3. Biosecurity measures
Biosecurity measures consist of both external and internal biosecurity. External biosecurity measures should omit new pathogens from entering the farm through limited visitor entrance, clear separation between dirty (external) and clean (internal) paths within the farm premises and good quarantine facilities for introduction of new animals. Internal biosecurity measures are predominantly intended to prevent pathogens present in one section of the farm (eg. fattening) to further spread through other sections. This can be obtained through clear separation of internal sections based on animal categories with changing facilities for coveralls, boots and hand hygiene in-between. No sharing of materials and no trespassing of personnel without the necessary precautions from one section to the other should be permitted, even during weekends when time pressure might be higher on the limited number of personnel present on the farm.2

4. Antimicrobial treatment protocol
When all preceding elements have been set in place and checked for functionality, the farm should be ready for the most important and final phase in eradication of B. hyodysenteriae: treatment with an antimicrobial with proven efficacy towards the farm-specific strain.
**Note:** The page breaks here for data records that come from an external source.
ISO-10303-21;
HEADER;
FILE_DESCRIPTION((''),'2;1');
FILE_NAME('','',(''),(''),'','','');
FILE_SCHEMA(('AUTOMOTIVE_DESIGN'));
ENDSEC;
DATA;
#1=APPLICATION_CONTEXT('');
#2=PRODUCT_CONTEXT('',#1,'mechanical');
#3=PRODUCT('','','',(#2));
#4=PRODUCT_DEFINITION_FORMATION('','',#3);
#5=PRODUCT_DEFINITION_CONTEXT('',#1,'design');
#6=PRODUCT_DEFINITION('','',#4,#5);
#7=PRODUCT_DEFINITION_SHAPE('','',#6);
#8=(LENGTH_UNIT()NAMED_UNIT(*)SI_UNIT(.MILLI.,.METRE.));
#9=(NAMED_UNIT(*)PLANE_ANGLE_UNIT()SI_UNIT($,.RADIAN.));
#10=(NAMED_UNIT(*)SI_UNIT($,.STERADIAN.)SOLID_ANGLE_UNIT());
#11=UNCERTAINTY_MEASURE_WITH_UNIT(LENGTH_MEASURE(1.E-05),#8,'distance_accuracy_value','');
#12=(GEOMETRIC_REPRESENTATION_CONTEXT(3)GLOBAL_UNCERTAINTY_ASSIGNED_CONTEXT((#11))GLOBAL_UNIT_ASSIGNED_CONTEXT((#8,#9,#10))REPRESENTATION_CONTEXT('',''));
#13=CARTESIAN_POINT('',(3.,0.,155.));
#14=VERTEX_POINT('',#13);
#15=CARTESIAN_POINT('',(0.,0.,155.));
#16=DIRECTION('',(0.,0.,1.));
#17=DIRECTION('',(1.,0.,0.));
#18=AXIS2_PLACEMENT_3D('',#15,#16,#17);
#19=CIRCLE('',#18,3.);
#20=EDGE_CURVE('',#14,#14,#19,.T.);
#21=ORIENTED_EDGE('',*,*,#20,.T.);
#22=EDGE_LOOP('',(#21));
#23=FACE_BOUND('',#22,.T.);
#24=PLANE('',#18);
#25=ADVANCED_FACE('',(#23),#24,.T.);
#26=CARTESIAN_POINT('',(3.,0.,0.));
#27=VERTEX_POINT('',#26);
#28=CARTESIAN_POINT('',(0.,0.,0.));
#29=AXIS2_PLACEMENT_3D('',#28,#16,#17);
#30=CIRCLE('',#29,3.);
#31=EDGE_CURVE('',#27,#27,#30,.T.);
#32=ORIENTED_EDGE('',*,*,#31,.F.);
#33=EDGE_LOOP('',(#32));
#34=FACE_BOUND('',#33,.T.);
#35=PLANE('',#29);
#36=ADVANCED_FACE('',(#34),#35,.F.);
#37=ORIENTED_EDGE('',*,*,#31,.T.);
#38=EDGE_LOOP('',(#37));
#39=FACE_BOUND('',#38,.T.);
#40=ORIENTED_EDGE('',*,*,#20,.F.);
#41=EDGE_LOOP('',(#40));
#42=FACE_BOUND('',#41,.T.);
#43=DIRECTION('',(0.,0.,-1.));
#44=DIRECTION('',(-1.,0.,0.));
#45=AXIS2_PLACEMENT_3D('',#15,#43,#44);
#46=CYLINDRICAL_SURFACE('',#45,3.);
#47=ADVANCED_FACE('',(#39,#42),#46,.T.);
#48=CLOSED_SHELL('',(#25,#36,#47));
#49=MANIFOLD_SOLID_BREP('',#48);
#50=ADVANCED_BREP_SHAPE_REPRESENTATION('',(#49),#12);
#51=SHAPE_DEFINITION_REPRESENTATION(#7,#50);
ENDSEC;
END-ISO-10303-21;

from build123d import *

# Parameters (mm, degrees)
SKETCH_1_R      = 3
EXTRUDE_1_DEPTH = 155


with BuildPart() as part:
    # Эскиз1 → Бобышка-Вытянуть1 (new body)
    with BuildSketch(Plane.XY):
        Circle(SKETCH_1_R)
    extrude(amount=EXTRUDE_1_DEPTH)


solid = part.part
Pleuromutilins (tiamulin/valnemulin) have been shown to be the preferred antimicrobials for eradication. The protocol consists of a prolonged antimicrobial treatment (20-28 days) combined with sanitation of sows and premises from 10 days’ treatment onwards. Following 10 days of treatment, animals are considered free of B. hyodysenteriae and will, therefore, not be shedding anymore. This should be the correct time point to start decontamination of the environment. Following the decontamination phase, animals should be treated for another seven days before the treatment is discontinued.2 

Depending on the farm structure and the presence of difference age categories, different eradication options are possible (see Table 1).

Total farm treatment
Most suitable option for wean-to-finish herds with an inadequate farm structure related to internal biosecurity. All animals present on-farm should be exposed to antimicrobial treatment. This approach is quite expensive and only performed in smaller and older farms that are unsuitable to one of the next options.
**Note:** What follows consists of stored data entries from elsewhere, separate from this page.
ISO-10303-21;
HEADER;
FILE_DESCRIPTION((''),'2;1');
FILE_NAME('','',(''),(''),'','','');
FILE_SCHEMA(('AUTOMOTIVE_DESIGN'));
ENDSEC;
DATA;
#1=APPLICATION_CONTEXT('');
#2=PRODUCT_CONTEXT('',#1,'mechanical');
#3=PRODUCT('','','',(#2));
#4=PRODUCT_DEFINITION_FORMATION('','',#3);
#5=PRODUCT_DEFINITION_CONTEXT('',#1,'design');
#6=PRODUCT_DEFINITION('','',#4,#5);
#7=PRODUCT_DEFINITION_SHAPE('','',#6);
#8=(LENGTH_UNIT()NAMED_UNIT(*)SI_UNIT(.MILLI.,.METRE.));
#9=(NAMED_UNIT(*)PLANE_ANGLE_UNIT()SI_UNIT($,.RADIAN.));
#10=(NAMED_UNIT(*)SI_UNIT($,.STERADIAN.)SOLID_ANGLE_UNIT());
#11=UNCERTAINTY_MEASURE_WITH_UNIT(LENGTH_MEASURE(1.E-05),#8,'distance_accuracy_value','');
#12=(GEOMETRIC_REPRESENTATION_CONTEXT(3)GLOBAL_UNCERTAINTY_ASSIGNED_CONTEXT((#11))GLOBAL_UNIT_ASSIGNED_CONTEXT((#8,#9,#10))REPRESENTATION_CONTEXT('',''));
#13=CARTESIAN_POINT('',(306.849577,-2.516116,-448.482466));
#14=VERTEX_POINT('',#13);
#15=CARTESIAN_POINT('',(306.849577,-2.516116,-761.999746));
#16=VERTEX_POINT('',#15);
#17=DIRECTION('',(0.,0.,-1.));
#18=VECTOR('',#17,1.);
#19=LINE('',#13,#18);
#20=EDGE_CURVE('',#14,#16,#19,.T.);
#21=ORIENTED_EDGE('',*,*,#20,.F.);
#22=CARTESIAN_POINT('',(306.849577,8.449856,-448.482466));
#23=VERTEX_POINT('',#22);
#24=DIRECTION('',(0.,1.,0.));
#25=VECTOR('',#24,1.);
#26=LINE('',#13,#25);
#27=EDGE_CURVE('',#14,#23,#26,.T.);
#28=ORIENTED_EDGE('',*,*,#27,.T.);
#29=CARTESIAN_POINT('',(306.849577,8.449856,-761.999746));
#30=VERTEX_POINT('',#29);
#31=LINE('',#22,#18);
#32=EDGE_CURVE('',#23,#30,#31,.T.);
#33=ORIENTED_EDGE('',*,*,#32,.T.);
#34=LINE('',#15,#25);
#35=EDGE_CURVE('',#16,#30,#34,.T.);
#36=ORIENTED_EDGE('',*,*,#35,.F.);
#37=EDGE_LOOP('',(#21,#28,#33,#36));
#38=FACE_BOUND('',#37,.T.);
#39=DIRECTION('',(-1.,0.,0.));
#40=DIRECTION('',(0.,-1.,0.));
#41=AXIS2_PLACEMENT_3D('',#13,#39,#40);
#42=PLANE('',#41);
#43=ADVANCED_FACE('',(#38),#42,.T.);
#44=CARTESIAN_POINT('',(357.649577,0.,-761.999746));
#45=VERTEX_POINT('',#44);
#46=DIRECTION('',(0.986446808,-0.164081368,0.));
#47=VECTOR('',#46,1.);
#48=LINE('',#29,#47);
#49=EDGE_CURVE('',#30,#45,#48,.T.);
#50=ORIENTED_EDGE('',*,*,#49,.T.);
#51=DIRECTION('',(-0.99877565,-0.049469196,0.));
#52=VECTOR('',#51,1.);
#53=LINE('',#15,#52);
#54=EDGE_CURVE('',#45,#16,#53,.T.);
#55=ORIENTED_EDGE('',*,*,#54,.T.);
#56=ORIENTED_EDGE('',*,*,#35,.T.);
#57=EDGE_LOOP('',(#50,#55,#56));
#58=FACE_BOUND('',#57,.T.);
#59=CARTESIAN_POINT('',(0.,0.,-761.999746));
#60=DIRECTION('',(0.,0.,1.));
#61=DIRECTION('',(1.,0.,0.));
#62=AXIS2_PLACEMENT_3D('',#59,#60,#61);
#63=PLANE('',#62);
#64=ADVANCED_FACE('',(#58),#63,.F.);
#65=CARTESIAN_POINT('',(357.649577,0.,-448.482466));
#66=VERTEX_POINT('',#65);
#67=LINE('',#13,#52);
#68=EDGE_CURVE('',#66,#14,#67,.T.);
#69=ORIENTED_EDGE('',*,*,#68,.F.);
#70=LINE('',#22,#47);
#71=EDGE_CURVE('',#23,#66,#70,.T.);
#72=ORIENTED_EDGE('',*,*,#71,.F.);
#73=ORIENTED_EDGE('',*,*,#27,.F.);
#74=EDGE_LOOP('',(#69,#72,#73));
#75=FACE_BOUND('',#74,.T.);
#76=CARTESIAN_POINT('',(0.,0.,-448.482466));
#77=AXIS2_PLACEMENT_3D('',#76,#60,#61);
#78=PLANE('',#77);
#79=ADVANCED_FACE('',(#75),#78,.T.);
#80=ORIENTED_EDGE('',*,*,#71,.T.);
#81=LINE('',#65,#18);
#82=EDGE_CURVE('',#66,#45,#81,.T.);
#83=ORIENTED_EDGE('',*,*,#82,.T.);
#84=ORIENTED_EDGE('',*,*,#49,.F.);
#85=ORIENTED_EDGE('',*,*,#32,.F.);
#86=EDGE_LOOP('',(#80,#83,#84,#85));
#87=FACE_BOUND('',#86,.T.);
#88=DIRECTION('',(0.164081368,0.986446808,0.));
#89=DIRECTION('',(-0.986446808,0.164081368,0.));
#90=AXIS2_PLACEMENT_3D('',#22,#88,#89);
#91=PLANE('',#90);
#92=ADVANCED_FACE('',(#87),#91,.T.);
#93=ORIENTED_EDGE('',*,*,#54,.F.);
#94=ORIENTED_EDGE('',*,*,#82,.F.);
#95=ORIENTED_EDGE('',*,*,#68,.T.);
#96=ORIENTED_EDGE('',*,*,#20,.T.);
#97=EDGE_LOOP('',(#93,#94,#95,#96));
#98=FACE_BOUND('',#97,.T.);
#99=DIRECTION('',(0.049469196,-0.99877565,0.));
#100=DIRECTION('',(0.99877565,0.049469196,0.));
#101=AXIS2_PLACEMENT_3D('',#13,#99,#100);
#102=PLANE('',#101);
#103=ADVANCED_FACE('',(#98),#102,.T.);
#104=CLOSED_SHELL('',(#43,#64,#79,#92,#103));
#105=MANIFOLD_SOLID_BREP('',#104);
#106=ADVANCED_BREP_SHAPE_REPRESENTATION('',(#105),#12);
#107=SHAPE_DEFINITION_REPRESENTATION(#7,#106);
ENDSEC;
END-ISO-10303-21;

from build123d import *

# Parameters (mm, degrees)
BOSS_EXTRUDE2_DEPTH = 313.51728


with BuildPart() as part:
    # Sketch2 → Boss-Extrude2 (new body)
    with BuildSketch(Plane(origin=(0, 0, -761.999746), x_dir=(-1, 0, 0), z_dir=(0, 0, -1))):
        Polygon((-306.8495768, -2.516115741), (-306.8495768, 8.449856001), (-357.6495768, 0), align=None)
    extrude(amount=-BOSS_EXTRUDE2_DEPTH)


solid = part.part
Sow treatment with increased internal biosecurity
Most suitable option for farms with good possibilities to upgrade internal biosecurity in order to separate B. hyodysenteriae-negative treated animals from animals that still remain infected. This approach can save in treatment costs and only considers piglets born from an entirely treated sow as negative to the pathogen. A prerequisite to success in this protocol is the perfect separation of both animal categories for the time being, since negative piglets will be moved through the farm and might be re-infected in case of small biosecurity breaches.

Full depopulation/repopulation
Most suitable option for fattening units, where all-in/all-out can be performed per building or for the entire farm before restocking the farm with B. hyodysenteriae-negative animals. Before restocking, the crucial steps in cleaning and disinfection also have to be taken.